# Hedgehog not eating properly - help!



## Mozart (Oct 20, 2013)

I don't know if its the food, or if it could be stress of having a new cage but Mozart is underweight. We're trying her on cat food and by chance just happened to see if wet would work. She is interested and had tried it. How can I get her to eat hard foods again? I've read on here that wet cat food is okay in moderation - and I've mixed it in with her own foods as to get her eating it again. Is this only temporary? It's not because of a lack of food. Any healthy tips I can use to encourage her to eat again?


----------



## nikki (Aug 28, 2008)

What do you normally feed her? how long has it been since she's eaten?? If she hasn't eaten for 2 or more days you will need to start syringe feeding her. How long have you had her? how old is she?


----------



## Mozart (Oct 20, 2013)

Shes about 15 weeks old (I got her when she was 5 weeks) and she was eating the hedgehog diet until she stopped. She hasn't been eating for a few days but has been keeping herself hydrated until today.
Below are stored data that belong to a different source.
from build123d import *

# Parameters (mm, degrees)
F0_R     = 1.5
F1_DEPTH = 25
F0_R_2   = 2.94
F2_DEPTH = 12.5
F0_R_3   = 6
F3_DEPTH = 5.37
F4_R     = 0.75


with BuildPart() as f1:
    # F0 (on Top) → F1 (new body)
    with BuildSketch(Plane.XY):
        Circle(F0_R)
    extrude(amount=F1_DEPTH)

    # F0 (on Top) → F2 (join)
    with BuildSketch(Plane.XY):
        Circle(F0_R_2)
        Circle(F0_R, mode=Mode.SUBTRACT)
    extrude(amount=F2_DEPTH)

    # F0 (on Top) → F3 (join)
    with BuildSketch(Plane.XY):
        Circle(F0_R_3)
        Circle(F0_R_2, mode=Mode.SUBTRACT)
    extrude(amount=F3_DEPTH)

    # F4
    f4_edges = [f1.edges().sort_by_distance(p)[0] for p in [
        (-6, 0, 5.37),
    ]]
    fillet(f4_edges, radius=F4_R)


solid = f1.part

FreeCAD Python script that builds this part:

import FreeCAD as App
import Part
import Sketcher


def edges_at(feature, points):
    """Names of the edges that pass closest to the given points."""
    edges = feature.Shape.Edges
    near = lambda p: min(range(len(edges)), key=lambda i: edges[i].distToShape(Part.Vertex(*p))[0])
    return sorted({f"Edge{near(p) + 1}" for p in points})

doc = App.newDocument("Part")
body = doc.addObject("PartDesign::Body", "Body")

sketch1 = body.newObject("Sketcher::SketchObject", "Sketch")
sketch1.AttachmentSupport = (doc.getObject("XY_Plane"), [""])
sketch1.MapMode = "FlatFace"
sketch1.addGeometry(Part.Circle(App.Vector(0, 0, 0), App.Vector(0, 0, 1), 1.5), False)
sketch1.addConstraint([
    Sketcher.Constraint("Coincident", 0, 3, -1, 1),
    Sketcher.Constraint("Diameter", 0, 3.0),
])
pad1 = body.newObject("PartDesign::Pad", "Pad")
pad1.Profile = sketch1
pad1.Length = 25

sketch2 = body.newObject("Sketcher::SketchObject", "Sketch001")
sketch2.AttachmentSupport = (doc.getObject("XY_Plane"), [""])
sketch2.MapMode = "FlatFace"
sketch2.addGeometry([
    Part.Circle(App.Vector(0, 0, 0), App.Vector(0, 0, 1), 2.94),
    Part.Circle(App.Vector(0, 0, 0), App.Vector(0, 0, 1), 1.5),
], False)
sketch2.addConstraint([
    Sketcher.Constraint("Coincident", 0, 3, -1, 1),
    Sketcher.Constraint("Coincident", 1, 3, -1, 1),
    Sketcher.Constraint("Diameter", 1, 3.0),
    Sketcher.Constraint("Diameter", 0, 5.88),
])
pad2 = body.newObject("PartDesign::Pad", "Pad001")
pad2.Profile = sketch2
pad2.Length = 12.5

sketch3 = body.newObject("Sketcher::SketchObject", "Sketch002")
sketch3.AttachmentSupport = (doc.getObject("XY_Plane"), [""])
sketch3.MapMode = "FlatFace"
sketch3.addGeometry([
    Part.Circle(App.Vector(0, 0, 0), App.Vector(0, 0, 1), 6),
    Part.Circle(App.Vector(0, 0, 0), App.Vector(0, 0, 1), 2.94),
], False)
sketch3.addConstraint([
    Sketcher.Constraint("Coincident", 0, 3, -1, 1),
    Sketcher.Constraint("Coincident", 1, 3, -1, 1),
    Sketcher.Constraint("Diameter", 0, 12.0),
    Sketcher.Constraint("Diameter", 1, 5.88),
])
pad3 = body.newObject("PartDesign::Pad", "Pad002")
pad3.Profile = sketch3
pad3.Length = 5.37
doc.recompute()

fillet = body.newObject("PartDesign::Fillet", "Fillet")
fillet.Base = (pad3, edges_at(pad3, [(-6, 0, 5.37)]))
fillet.Radius = 0.75

doc.recompute()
What kind of foods are able to be fed through a syringe?


----------



## nikki (Aug 28, 2008)

You can grind up some dry cat food or get the "pate" style canned cat food and thin it down to go through a syringe. The vets also sell a food called "Hills A/D" that is high in nutrietion and very easy to syringe. Can you bump the temp of her cage? Do you have a thermometer in her cage? I wonder if she might be cold.


----------



## Mozart (Oct 20, 2013)

Unfortunately I can't as its a heat lamp. We do have a thermometer in her cage and its at 22 degrees Celsius.


----------



## nikki (Aug 28, 2008)

22 Celsius is only 71.5 F which is to cold for most hedgehogs. The minimum recommended temp is 74*F.


----------



## Annie&Tibbers (Apr 16, 2013)

Temperature control with a heat lamp:

Plug the heat lamp into a thermostat. The ZooMed or Zilla 500-watt thermostats are very popular -- available on Amazon in the US, or Pets & Pond in Canada (no duties). Use that to set a target temperature. This will automatically turn the lamp on as the ambient temperature drops, or off if it gets hotter.

If your heat lamp is on ALL THE TIME, the setup is inadequate to maintain heat. Swap out for a higher-watt bulb, add another lamp, or modify the cage to be better insulated.


----------



## Babs (Oct 20, 2013)

Hi
It can be stress, it can be food she does no like or even parasites.
Try different types of food.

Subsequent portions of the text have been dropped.